Die Männer nahmen an der Diskussion nicht teil
Obamas Kompliment an eine Bundesrichterin war hier Stein des Anstoßes für Schwarzer, einen ähnlich gearteten Satz über den ersten Männerbeauftragten in der Schweiz, den sie genauso körperlich-betonend in sein Amt hob, aber war ihrer Meinung vollkommen in Ordnung.

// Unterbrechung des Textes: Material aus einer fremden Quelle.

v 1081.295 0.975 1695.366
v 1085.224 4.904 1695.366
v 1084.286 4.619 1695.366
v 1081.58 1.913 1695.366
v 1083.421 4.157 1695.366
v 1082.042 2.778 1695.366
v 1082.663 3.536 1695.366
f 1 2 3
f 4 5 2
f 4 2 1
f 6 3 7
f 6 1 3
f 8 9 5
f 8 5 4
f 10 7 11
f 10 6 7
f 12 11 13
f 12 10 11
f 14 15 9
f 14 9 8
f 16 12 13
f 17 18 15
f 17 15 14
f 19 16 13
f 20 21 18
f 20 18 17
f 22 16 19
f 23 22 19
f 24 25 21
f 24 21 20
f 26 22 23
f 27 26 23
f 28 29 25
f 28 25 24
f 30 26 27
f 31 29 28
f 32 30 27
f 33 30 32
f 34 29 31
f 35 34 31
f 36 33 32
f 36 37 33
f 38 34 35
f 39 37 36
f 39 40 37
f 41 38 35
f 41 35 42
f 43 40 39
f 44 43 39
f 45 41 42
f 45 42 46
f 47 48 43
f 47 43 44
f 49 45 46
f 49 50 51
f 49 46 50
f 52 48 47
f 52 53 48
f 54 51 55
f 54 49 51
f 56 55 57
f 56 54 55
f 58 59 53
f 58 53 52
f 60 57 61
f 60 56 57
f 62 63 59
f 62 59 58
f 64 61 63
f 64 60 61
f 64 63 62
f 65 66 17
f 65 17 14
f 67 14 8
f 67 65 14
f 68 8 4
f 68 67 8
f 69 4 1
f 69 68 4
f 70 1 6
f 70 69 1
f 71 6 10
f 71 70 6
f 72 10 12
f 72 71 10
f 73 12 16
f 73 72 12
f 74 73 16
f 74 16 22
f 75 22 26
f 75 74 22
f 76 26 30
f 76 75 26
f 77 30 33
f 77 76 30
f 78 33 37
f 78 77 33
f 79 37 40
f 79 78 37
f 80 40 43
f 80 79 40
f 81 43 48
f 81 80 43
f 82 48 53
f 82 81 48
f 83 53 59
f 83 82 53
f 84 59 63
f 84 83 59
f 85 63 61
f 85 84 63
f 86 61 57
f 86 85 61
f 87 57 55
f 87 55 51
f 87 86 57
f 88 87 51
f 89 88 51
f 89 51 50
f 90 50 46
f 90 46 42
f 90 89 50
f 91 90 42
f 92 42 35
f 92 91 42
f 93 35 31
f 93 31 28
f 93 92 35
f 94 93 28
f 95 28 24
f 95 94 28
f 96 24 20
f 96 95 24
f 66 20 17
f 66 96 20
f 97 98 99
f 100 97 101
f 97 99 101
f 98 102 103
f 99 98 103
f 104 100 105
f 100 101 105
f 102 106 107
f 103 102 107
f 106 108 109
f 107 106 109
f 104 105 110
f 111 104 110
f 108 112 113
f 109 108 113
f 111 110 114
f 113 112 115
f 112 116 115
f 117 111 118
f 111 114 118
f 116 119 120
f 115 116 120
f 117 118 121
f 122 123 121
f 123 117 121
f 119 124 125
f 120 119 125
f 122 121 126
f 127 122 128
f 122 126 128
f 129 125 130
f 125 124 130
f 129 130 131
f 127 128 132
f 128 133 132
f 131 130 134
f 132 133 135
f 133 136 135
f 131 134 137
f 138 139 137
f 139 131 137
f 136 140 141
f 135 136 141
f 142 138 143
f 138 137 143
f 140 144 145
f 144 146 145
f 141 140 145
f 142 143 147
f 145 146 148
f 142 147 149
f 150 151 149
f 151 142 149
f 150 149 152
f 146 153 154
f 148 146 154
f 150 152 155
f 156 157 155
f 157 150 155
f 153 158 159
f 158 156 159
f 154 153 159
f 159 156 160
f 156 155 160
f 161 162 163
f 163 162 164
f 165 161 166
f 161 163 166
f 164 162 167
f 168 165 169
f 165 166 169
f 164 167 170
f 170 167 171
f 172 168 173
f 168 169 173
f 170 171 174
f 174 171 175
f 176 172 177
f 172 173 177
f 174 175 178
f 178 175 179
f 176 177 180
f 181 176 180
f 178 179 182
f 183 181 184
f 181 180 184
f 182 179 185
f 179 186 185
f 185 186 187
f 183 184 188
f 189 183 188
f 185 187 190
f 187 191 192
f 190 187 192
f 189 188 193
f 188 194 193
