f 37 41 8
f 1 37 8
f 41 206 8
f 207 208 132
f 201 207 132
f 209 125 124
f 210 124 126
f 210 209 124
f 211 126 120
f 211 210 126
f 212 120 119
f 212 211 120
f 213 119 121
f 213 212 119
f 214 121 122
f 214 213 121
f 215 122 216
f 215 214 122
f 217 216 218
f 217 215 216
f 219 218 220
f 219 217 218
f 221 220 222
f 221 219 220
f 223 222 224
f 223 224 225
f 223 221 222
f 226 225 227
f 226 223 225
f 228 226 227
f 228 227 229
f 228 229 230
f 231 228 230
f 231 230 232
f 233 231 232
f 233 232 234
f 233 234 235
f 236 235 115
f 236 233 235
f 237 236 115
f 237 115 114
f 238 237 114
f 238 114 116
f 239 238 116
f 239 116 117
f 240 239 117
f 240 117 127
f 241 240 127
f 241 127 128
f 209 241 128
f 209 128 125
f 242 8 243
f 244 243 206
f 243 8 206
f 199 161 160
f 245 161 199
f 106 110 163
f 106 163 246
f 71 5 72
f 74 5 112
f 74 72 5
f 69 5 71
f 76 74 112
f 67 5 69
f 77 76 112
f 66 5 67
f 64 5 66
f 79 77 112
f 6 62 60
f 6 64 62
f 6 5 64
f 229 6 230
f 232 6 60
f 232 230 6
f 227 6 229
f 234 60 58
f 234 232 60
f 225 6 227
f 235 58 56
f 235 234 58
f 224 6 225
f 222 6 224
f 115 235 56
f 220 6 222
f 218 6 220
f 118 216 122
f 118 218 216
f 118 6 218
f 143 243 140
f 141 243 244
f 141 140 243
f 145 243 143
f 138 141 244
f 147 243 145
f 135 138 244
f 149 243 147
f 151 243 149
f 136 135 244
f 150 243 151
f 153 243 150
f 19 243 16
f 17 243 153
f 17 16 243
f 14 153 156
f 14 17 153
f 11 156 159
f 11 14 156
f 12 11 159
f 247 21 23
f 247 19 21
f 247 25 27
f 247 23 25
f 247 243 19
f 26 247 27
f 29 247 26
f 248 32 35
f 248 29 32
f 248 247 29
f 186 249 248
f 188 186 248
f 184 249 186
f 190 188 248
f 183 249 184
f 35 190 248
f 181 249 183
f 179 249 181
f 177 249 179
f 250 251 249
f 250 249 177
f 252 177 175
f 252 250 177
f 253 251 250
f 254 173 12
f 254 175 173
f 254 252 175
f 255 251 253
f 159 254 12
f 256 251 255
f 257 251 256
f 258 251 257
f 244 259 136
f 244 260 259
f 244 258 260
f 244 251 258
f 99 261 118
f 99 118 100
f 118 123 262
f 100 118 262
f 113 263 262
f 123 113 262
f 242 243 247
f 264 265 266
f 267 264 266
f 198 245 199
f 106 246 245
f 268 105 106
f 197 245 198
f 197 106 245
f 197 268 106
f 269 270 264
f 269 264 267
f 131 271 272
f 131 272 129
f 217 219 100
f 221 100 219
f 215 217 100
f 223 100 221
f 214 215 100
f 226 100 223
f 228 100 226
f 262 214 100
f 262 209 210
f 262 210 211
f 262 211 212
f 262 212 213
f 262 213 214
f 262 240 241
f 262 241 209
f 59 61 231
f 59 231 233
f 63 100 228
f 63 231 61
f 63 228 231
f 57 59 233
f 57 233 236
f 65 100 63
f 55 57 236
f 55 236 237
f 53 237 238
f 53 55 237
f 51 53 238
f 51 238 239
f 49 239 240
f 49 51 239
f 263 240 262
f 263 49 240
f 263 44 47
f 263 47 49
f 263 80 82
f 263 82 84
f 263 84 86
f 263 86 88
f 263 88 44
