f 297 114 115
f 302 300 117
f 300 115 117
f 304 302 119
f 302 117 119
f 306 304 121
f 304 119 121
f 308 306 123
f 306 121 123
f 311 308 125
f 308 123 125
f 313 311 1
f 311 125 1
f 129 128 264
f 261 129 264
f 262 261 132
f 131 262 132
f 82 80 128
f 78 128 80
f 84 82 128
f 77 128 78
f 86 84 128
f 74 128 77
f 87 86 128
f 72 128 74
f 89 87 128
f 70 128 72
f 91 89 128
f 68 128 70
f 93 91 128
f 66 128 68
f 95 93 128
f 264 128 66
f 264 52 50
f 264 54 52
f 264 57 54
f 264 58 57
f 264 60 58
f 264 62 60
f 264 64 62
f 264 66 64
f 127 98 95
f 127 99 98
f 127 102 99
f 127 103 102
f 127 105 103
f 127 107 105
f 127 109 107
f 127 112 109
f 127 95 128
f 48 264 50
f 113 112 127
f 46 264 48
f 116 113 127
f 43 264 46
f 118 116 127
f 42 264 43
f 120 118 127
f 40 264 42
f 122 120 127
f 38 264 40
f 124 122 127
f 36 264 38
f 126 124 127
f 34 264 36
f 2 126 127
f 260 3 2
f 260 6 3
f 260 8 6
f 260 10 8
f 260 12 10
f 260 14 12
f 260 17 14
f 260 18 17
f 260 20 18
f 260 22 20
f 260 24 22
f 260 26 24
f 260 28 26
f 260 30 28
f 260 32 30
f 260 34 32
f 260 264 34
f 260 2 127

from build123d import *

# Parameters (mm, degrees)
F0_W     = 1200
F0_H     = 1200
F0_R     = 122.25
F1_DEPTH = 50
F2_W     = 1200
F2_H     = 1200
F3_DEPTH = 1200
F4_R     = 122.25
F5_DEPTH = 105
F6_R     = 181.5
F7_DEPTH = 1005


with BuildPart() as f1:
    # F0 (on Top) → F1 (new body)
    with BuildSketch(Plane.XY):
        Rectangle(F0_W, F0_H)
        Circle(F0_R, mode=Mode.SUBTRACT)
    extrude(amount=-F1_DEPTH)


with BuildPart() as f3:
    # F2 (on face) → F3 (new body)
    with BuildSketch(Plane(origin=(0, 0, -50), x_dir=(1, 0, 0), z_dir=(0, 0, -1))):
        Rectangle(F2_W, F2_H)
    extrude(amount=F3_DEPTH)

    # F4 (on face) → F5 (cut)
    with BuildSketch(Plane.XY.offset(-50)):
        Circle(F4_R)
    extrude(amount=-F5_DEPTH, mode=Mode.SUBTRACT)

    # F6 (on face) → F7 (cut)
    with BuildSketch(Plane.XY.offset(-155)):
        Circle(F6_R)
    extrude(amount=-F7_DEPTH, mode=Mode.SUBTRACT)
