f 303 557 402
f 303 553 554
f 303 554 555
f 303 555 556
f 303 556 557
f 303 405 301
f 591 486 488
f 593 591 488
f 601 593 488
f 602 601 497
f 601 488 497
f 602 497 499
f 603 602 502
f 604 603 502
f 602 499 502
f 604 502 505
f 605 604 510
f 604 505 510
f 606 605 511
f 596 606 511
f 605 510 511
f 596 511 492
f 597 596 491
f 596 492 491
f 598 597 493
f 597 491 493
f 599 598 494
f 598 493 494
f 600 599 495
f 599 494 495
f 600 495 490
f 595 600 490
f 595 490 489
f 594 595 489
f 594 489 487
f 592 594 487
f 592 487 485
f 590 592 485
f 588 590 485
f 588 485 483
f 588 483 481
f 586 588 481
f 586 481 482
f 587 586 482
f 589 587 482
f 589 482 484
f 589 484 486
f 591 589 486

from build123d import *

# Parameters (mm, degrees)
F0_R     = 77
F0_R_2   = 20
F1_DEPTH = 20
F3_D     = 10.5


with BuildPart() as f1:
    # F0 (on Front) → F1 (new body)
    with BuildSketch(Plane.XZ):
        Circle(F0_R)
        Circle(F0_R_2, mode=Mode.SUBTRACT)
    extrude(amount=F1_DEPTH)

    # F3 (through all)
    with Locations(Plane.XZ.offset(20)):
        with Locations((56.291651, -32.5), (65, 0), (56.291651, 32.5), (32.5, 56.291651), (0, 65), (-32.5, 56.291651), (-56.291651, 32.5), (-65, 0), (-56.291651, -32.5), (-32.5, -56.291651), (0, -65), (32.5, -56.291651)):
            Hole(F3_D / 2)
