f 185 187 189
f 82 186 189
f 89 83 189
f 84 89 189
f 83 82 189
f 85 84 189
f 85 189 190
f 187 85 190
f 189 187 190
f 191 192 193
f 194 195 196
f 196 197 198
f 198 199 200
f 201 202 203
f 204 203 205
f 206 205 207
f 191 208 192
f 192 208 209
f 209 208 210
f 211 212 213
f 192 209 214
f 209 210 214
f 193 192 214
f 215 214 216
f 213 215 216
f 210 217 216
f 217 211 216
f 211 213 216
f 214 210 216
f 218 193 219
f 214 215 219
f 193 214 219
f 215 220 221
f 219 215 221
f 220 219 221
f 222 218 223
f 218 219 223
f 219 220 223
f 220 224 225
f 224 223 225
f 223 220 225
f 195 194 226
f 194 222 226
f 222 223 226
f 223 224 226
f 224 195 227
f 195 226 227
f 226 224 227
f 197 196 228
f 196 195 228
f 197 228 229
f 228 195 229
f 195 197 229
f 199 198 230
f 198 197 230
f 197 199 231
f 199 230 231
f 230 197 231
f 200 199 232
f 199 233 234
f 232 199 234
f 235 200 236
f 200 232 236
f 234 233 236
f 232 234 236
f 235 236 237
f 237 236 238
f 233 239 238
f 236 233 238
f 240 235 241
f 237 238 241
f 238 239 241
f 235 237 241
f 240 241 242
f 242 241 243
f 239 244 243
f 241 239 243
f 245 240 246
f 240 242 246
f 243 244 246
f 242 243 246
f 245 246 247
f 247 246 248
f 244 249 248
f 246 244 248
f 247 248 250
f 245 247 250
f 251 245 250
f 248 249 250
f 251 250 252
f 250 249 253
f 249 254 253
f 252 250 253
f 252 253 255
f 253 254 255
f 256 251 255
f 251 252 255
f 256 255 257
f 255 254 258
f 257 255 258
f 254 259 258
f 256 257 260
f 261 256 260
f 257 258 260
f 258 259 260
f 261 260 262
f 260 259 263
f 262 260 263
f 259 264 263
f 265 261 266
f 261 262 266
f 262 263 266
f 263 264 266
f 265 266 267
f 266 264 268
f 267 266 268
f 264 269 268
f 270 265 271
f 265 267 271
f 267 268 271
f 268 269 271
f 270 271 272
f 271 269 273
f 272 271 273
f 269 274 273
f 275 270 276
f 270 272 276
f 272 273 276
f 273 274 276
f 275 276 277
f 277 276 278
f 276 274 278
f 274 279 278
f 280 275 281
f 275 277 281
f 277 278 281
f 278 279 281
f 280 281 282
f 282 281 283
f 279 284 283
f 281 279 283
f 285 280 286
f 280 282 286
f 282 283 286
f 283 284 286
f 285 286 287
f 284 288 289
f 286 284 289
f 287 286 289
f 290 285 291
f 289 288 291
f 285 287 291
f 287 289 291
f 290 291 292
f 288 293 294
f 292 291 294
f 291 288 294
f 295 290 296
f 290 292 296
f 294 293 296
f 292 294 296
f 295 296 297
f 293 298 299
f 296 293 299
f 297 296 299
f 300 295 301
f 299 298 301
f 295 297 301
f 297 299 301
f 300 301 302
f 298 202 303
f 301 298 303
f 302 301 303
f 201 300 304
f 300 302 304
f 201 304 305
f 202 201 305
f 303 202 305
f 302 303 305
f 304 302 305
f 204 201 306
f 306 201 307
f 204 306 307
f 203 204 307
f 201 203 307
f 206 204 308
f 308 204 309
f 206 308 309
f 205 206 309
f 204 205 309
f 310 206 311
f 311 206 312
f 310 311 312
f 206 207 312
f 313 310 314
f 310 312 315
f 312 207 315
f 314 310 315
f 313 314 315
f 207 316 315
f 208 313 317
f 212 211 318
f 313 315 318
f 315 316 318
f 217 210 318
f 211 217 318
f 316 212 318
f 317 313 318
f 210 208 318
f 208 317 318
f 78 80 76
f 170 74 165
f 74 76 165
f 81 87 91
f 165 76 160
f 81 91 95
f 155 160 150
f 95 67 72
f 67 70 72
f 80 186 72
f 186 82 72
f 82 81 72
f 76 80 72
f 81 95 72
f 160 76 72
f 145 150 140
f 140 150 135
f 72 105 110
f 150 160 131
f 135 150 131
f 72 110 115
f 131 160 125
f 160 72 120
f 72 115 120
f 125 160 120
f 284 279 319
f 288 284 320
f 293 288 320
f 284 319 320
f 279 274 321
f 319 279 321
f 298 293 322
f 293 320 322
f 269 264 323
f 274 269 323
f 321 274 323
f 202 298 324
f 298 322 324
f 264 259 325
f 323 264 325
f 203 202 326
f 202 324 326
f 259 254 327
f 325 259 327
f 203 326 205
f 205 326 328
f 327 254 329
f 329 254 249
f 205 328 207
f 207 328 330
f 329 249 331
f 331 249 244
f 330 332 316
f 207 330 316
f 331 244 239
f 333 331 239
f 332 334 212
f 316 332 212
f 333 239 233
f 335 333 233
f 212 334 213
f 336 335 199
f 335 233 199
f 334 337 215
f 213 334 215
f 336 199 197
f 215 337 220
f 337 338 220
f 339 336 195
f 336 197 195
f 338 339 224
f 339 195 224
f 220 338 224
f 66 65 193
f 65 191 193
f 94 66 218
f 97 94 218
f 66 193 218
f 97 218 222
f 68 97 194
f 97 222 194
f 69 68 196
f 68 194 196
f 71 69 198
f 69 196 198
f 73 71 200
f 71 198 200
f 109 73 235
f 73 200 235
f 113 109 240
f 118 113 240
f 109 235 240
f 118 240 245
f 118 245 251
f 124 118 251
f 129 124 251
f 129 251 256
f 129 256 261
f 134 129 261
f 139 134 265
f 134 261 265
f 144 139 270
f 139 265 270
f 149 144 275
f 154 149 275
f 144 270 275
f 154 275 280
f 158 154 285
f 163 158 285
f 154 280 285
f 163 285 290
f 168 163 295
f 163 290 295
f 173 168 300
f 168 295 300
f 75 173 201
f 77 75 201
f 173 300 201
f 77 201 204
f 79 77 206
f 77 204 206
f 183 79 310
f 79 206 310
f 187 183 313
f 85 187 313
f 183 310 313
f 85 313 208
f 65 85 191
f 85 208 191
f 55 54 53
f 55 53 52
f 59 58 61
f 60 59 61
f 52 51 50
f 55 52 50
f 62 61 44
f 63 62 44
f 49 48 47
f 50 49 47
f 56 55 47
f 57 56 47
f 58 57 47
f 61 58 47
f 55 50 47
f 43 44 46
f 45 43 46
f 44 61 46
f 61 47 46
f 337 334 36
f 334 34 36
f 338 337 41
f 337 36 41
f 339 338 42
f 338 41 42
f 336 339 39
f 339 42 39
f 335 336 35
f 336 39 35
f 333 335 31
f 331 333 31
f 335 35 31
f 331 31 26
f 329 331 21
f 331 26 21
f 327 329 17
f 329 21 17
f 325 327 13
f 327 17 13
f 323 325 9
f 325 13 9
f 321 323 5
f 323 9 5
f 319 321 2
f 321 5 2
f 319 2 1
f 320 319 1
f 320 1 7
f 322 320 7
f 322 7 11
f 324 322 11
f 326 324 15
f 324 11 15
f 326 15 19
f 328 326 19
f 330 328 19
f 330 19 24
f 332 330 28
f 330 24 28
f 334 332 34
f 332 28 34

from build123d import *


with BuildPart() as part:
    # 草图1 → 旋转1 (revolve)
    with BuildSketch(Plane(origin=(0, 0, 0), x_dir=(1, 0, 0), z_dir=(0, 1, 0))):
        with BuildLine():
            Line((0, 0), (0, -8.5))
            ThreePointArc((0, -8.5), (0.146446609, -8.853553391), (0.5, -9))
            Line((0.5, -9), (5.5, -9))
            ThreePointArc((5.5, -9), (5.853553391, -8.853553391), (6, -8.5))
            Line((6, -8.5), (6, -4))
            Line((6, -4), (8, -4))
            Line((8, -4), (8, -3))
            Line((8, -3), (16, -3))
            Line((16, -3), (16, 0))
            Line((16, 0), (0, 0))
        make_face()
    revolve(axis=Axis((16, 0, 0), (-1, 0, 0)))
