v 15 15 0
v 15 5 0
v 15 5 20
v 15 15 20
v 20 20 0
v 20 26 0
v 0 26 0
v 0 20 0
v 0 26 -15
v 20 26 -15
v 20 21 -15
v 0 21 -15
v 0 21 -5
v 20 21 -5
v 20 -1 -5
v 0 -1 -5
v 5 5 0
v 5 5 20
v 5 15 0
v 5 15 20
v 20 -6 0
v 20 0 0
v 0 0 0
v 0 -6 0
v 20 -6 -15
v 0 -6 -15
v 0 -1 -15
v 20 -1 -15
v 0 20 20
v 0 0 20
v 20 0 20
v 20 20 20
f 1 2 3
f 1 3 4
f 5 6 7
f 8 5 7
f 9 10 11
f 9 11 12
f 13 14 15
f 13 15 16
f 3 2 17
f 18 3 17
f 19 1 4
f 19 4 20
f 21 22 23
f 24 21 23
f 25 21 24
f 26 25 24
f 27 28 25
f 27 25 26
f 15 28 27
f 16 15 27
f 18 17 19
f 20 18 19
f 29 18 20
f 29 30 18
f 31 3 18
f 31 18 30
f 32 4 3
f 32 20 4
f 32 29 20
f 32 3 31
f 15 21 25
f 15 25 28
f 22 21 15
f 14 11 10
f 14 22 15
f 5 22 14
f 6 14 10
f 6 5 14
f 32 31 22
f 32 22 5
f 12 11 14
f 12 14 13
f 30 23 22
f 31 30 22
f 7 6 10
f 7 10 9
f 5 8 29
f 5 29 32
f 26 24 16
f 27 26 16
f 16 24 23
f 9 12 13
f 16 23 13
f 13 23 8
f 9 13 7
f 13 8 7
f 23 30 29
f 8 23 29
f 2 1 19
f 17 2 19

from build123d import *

# Parameters (mm, degrees)
SKETCH_1_W          = 20
SKETCH_1_H          = 20
EXTRUDE_1_DEPTH     = 20
SKETCH_3_W          = 10
SKETCH_3_H          = 10
CUT_EXTRUDE_1_DEPTH = 20
SKETCH_4_W          = 20
SKETCH_4_H          = 32
EXTRUDE_2_DEPTH     = 15
SKETCH_5_W          = 20
SKETCH_5_H          = 22
CUT_EXTRUDE_2_DEPTH = 10


with BuildPart() as part:
    # 草图1 → 凸台-拉伸1 (new body)
    with BuildSketch(Plane.XY):
        with Locations((10, 10)):
            Rectangle(SKETCH_1_W, SKETCH_1_H)
    extrude(amount=EXTRUDE_1_DEPTH)

    # 草图3 → 切除-拉伸1 (cut)
    with BuildSketch(Plane(origin=(0, 0, 0), x_dir=(-1, 0, 0), z_dir=(0, 0, -1))):
        with Locations((-10, 10)):
            Rectangle(SKETCH_3_W, SKETCH_3_H)
    extrude(amount=-CUT_EXTRUDE_1_DEPTH, mode=Mode.SUBTRACT)

    # 草图4 → 凸台-拉伸2 (add)
    with BuildSketch(Plane(origin=(0, 0, 0), x_dir=(-1, 0, 0), z_dir=(0, 0, -1))):
        with Locations((-10, 10)):
            Rectangle(SKETCH_4_W, SKETCH_4_H)
    extrude(amount=EXTRUDE_2_DEPTH)

    # 草图5 → 切除-拉伸2 (cut)
    with BuildSketch(Plane(origin=(0, 0, -15), x_dir=(-1, 0, 0), z_dir=(0, 0, -1))):
        with Locations((-10, 10)):
            Rectangle(SKETCH_5_W, SKETCH_5_H)
    extrude(amount=-CUT_EXTRUDE_2_DEPTH, mode=Mode.SUBTRACT)


solid = part.part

So kam es, wie es auch schon bei #Aufschrei kam. Eine gesellschaftsübergreifende Diskussion über Frauenfeindlichkeit und Sexismus konnte deshalb schon nicht befriedigend geführt werden, da fast ausschließlich Frauen geredet haben und Männer, teils wollend, teils ungewollt, nicht am Thema teilnahmen. Da brachten auch die Inhalte von Anna K., Zimmermädchen/Romanautorin, wenig, als sie von ihren tragischen Erlebnissen mit einem Hotelgast berichtete, der ihr in einer Suite erst nackt aufwartete und dann zu unmoralischen Leibesübungen überreden wollte. Es bleibt die Frage, warum ihre Hand danach nicht zum Telefon und dem nächsten Anwalt, sondern zur Schreibmaschine und einer Verlagsnummer griff.
In Gedanken schon im Hotelzimmer
Als Klara Martens, Nackt-Aktivistin von Femen und legitime Schwarzer-Nachfolgerin, postulierte, war die Männerschaft um Lauterbach und Fleischauer in ihren Gedanken wohl längst in ihrem Hotelzimmer. Umso leidenschaftlicher versuchte Kelle zu erklären, dass Nackt-Protest, Sexgewerbe und Germanys-Next-Topmodel dann doch irgendwie im Kosmos einer „hypersexualisierten Welt“, Anna-Katharina Meßmer, zu sein scheinen.
Vielleicht sollte beim einem künftigen Sexismus-Plausch dann doch einmal miteinander und nicht übereinander gesprochen werden. Dann, aber nur dann, kann ein solches Thema tatsächlich etwas bringen. Sowohl für alle diskriminierten Frauen, als auch für alle missverstandenen Männer.